EXERCISE:
Lines in the listing below may contain the string "Locations". Say how many do, giving only the number.

EXTRACTED MATERIAL:

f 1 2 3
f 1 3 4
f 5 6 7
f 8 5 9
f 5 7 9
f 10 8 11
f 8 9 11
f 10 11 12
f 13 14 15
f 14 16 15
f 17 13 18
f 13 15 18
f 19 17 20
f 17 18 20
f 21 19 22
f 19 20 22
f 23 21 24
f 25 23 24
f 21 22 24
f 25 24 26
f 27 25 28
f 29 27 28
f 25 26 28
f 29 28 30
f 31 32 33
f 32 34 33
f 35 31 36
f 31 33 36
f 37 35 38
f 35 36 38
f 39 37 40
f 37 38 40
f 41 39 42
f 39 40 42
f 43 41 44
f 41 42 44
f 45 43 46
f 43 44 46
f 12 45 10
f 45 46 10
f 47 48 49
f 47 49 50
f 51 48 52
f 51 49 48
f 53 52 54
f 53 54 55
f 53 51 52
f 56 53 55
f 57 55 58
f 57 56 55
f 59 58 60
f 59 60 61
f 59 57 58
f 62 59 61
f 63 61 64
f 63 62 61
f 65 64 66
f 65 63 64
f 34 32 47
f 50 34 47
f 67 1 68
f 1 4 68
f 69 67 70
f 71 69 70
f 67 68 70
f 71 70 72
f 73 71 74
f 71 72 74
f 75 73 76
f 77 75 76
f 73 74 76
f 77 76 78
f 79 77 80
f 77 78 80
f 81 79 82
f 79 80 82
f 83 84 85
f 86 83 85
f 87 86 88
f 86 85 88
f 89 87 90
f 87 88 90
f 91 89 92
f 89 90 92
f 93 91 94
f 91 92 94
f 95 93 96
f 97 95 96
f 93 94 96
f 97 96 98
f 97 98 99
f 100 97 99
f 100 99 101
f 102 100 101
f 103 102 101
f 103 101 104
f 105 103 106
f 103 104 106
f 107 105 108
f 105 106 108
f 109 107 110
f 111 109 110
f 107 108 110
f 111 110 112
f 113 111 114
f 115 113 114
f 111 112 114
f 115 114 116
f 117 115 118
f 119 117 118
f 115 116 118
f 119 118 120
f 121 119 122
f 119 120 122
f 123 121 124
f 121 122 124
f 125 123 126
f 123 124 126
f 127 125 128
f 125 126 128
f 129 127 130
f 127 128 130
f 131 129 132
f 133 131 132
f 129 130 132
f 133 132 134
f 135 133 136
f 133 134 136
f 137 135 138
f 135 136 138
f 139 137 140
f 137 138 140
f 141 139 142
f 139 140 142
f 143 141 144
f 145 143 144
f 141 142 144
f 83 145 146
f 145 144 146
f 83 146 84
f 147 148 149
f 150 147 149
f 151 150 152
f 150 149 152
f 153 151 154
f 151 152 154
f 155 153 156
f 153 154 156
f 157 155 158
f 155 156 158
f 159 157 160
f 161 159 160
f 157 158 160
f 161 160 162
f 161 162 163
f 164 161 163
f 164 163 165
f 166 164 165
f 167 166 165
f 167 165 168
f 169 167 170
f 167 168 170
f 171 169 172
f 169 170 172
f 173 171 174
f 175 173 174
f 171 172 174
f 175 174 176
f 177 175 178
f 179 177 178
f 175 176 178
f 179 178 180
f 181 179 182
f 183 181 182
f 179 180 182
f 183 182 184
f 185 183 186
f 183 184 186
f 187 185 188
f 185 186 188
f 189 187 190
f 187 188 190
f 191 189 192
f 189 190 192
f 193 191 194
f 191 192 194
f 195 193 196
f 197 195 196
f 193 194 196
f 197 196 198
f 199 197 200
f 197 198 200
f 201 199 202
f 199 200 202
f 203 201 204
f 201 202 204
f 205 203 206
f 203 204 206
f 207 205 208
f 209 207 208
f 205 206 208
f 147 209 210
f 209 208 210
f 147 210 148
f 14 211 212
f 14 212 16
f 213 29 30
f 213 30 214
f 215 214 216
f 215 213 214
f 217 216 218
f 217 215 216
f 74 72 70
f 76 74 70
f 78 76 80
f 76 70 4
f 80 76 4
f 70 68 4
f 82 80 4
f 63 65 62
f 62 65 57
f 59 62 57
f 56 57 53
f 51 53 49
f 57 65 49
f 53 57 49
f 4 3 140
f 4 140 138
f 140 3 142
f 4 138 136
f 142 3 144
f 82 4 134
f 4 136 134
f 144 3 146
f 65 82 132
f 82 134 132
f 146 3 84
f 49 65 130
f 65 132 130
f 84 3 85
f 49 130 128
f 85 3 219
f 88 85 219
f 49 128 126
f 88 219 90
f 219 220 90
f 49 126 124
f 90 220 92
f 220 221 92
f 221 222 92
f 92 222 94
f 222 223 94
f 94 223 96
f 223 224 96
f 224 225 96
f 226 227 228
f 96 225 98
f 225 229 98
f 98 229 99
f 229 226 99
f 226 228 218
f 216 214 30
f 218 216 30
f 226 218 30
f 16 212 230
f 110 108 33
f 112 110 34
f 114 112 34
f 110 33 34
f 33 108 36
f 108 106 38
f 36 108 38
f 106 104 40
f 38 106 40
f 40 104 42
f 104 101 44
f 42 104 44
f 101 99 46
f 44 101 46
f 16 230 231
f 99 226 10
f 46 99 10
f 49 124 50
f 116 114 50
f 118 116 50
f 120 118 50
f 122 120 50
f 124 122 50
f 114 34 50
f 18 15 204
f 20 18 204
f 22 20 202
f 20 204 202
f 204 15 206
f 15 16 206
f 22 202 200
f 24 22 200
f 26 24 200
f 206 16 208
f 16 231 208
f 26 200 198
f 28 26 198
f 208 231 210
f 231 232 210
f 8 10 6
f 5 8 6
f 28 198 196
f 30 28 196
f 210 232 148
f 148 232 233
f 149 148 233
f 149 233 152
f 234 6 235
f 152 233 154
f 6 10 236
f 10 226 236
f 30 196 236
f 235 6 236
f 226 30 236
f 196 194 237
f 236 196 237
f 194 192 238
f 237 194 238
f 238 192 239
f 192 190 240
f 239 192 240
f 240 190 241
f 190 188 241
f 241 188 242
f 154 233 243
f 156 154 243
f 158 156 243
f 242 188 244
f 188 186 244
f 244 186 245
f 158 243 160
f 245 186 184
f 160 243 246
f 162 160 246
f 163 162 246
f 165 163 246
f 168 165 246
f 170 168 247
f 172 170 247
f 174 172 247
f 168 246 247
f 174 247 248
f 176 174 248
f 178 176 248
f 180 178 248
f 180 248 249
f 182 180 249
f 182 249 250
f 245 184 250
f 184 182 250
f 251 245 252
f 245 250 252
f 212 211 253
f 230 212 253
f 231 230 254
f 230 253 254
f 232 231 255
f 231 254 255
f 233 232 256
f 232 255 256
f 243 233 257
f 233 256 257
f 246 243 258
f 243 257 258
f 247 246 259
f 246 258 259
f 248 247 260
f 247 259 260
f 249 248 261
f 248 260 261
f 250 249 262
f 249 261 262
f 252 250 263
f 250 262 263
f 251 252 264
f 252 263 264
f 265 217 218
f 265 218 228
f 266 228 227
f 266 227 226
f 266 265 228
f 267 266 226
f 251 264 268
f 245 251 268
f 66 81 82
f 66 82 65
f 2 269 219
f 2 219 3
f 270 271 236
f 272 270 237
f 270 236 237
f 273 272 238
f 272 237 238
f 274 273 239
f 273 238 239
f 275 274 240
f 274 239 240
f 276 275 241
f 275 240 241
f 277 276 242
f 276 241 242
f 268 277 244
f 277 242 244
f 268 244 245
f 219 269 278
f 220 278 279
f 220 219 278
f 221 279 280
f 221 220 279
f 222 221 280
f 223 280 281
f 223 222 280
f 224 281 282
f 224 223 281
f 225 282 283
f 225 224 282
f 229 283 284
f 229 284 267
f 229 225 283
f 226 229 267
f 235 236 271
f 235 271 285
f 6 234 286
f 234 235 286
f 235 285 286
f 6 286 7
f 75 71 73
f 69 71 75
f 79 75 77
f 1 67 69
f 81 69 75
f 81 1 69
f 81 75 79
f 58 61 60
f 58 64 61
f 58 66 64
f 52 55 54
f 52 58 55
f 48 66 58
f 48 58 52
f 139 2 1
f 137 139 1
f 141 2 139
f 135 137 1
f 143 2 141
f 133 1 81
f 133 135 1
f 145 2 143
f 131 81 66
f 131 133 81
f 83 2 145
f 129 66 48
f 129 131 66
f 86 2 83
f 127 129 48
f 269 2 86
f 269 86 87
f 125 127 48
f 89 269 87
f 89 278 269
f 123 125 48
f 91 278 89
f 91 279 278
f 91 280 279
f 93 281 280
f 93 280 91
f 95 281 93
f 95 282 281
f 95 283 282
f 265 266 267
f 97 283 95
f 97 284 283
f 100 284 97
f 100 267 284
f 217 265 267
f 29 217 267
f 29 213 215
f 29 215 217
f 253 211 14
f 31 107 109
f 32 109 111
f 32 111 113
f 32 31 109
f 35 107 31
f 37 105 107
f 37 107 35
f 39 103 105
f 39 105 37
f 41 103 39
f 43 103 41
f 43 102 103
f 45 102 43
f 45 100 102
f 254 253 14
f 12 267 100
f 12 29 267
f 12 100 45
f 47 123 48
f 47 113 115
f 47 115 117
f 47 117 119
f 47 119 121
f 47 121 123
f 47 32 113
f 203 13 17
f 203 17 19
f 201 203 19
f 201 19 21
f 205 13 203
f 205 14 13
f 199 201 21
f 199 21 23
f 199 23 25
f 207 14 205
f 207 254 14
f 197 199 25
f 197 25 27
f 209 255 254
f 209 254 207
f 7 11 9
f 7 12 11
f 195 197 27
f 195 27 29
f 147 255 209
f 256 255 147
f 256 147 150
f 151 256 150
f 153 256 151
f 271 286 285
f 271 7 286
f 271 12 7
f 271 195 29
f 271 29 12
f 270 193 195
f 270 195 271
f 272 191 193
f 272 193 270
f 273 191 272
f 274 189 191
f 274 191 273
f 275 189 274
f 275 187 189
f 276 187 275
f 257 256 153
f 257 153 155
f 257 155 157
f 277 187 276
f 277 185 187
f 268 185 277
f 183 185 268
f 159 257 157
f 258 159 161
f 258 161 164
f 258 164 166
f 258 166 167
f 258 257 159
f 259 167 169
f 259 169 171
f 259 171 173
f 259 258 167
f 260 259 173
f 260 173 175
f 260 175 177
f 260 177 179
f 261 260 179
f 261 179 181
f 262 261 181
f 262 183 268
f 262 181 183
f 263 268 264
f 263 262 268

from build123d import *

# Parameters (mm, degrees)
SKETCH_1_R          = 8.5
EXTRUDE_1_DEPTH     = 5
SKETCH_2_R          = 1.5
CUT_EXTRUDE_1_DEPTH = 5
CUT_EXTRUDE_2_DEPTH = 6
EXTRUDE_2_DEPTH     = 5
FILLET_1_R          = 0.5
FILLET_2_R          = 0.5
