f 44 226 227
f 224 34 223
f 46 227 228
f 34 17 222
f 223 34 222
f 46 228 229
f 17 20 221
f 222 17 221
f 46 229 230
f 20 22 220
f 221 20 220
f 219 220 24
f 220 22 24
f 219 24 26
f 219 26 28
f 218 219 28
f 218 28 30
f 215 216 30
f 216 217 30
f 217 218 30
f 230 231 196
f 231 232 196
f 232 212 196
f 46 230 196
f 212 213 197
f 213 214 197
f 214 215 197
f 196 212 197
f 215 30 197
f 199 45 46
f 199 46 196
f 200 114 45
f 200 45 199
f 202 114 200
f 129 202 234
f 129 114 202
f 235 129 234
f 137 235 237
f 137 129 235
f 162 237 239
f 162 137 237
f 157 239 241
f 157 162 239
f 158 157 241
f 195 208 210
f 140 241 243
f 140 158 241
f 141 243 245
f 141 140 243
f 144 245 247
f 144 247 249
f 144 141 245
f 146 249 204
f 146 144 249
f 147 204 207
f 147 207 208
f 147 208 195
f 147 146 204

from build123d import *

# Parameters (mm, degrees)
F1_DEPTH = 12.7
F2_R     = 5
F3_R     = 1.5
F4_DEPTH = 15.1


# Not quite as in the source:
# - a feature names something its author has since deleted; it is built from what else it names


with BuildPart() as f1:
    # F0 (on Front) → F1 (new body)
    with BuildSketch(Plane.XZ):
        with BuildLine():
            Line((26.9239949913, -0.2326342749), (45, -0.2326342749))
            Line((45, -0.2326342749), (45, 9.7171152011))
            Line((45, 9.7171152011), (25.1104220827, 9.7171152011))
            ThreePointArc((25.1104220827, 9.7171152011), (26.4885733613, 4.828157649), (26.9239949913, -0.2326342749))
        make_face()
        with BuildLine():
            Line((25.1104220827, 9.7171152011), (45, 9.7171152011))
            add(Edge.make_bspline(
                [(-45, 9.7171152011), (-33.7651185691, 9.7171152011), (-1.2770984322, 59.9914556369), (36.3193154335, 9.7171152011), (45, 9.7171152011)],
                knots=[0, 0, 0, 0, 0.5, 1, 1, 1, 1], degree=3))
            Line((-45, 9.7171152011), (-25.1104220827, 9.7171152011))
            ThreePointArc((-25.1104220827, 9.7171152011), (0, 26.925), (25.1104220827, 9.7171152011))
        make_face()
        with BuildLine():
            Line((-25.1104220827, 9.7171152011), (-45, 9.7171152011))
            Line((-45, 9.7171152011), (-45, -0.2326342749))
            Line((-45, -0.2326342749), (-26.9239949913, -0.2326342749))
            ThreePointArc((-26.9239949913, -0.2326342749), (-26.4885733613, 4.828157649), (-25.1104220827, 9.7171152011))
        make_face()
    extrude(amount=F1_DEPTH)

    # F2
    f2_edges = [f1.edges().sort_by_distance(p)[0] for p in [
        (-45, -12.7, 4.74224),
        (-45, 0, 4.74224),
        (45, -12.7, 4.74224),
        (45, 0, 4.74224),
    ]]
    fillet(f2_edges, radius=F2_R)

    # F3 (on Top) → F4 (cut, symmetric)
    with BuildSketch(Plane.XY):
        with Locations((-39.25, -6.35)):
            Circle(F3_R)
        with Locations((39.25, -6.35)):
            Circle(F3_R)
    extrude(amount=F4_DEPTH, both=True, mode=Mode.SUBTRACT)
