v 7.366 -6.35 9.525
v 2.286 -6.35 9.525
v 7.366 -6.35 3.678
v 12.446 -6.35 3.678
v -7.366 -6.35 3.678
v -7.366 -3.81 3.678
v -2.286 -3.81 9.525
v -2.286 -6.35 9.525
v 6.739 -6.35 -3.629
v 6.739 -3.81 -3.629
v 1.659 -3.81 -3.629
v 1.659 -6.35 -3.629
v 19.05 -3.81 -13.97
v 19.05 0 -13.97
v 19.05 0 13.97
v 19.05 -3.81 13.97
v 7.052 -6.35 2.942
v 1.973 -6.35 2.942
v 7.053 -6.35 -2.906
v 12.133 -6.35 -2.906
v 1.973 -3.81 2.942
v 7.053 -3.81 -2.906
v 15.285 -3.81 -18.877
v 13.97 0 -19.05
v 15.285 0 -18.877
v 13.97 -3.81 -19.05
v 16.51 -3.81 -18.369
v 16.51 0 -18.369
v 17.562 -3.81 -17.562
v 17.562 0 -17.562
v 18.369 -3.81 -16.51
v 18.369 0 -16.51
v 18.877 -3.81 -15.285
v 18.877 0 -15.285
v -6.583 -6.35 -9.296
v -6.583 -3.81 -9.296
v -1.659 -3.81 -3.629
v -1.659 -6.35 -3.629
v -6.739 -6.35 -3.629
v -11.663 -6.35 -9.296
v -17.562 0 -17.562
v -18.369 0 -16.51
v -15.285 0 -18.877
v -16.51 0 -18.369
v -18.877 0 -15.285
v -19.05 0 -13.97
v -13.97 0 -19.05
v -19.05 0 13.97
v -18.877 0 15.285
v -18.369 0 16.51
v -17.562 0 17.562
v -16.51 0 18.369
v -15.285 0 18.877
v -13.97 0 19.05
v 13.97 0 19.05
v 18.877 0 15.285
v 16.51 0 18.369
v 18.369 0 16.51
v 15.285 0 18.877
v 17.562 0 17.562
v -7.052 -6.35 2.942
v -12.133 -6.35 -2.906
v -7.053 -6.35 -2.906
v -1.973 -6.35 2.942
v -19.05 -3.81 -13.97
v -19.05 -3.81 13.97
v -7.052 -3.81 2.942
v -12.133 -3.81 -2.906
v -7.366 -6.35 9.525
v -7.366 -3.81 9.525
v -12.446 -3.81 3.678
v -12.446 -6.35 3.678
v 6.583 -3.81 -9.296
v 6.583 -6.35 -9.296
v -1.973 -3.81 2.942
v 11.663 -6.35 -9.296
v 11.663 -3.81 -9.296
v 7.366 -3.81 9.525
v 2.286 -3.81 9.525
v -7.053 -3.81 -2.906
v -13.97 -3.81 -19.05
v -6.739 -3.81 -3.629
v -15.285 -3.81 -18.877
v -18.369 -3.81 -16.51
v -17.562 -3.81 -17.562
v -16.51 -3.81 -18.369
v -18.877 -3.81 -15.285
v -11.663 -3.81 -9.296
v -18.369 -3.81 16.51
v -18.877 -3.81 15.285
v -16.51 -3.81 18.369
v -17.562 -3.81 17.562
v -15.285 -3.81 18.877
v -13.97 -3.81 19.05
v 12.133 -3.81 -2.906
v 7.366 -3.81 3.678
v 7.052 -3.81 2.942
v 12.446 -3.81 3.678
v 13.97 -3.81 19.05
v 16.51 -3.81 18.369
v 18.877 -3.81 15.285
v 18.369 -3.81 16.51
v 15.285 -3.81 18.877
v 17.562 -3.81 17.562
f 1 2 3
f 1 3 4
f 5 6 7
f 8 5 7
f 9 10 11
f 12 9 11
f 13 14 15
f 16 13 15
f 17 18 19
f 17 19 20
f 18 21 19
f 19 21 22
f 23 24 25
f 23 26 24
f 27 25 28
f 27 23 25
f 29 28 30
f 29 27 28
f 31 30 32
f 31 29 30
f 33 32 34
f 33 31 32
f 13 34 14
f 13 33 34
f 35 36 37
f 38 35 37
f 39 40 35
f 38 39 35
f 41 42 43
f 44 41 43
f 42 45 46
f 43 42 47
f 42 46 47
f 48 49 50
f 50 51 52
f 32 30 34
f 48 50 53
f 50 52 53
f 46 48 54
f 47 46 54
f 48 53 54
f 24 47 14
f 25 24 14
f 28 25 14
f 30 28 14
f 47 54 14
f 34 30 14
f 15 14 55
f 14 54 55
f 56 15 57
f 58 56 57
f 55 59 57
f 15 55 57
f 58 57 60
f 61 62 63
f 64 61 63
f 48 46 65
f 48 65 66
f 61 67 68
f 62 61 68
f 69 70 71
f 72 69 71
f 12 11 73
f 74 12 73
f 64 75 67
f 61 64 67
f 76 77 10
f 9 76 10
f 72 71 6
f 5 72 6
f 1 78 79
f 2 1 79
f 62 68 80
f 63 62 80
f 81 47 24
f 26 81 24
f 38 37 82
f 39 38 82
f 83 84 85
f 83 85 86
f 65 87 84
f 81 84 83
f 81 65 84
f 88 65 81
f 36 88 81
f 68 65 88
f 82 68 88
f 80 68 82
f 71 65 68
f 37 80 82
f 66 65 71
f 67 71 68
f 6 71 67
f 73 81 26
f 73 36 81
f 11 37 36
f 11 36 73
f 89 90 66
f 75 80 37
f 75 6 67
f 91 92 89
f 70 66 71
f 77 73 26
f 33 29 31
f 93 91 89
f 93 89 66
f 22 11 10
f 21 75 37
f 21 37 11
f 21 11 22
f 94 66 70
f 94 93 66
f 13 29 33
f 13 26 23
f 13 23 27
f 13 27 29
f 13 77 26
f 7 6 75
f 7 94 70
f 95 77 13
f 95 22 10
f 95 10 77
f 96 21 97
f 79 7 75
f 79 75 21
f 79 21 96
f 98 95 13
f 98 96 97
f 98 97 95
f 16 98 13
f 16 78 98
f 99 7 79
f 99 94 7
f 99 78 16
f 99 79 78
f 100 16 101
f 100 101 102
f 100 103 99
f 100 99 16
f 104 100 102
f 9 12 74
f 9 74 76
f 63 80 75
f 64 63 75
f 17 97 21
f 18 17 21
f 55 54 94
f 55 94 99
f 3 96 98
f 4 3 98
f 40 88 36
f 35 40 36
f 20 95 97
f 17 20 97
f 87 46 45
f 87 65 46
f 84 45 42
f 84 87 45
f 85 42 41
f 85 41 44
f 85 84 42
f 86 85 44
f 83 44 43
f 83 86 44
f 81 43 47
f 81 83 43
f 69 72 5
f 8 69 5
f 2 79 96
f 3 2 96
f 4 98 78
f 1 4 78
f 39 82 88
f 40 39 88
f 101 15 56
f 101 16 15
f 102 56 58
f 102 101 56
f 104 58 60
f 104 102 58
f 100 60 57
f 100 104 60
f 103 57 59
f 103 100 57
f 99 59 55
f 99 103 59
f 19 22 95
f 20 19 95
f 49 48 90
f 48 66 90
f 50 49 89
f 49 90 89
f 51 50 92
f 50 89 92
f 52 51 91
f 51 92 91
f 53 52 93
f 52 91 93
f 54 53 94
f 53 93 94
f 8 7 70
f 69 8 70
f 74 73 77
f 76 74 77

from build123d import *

# Parameters (mm, degrees)
F0_W     = 38.1
F0_H     = 38.1
F1_DEPTH = 3.81
F2_R     = 5.08
F4_DEPTH = 2.54


with BuildPart() as f1:
    # F0 (on Front) → F1 (new body)
    with BuildSketch(Plane.XZ):
        Rectangle(F0_W, F0_H)
    extrude(amount=F1_DEPTH)

    # F2
    f2_edges = [f1.edges().sort_by_distance(p)[0] for p in [
        (19.05, -1.905, 19.05),
        (-19.05, -1.905, 19.05),
        (-19.05, -1.905, -19.05),
        (19.05, -1.905, -19.05),
    ]]
    fillet(f2_edges, radius=F2_R)

    # F3 (on face) → F4 (join)
    with BuildSketch(Plane.XZ.offset(3.81)):
        Polygon((-7.366, 3.678485), (-2.286, 9.525), (-7.366, 9.525), (-12.446, 3.678485), align=None)
        Polygon((-1.973369, 2.942095), (-7.052271, 2.942095), (-12.133434, -2.905793), (-7.053434, -2.905793), align=None)
        Polygon((-1.659051, -3.629045), (-6.739051, -3.629045), (-11.663045, -9.296048), (-6.583045, -9.296048), align=None)
        Polygon((11.663045, -9.296048), (6.739051, -3.629045), (1.659051, -3.629045), (6.583045, -9.296048), align=None)
        Polygon((12.133434, -2.905793), (7.052271, 2.942095), (1.973369, 2.942095), (7.053434, -2.905793), align=None)
        Polygon((2.286, 9.525), (7.366, 3.678485), (12.446, 3.678485), (7.366, 9.525), align=None)
    extrude(amount=F4_DEPTH)


solid = f1.part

TASK ANSWER:
2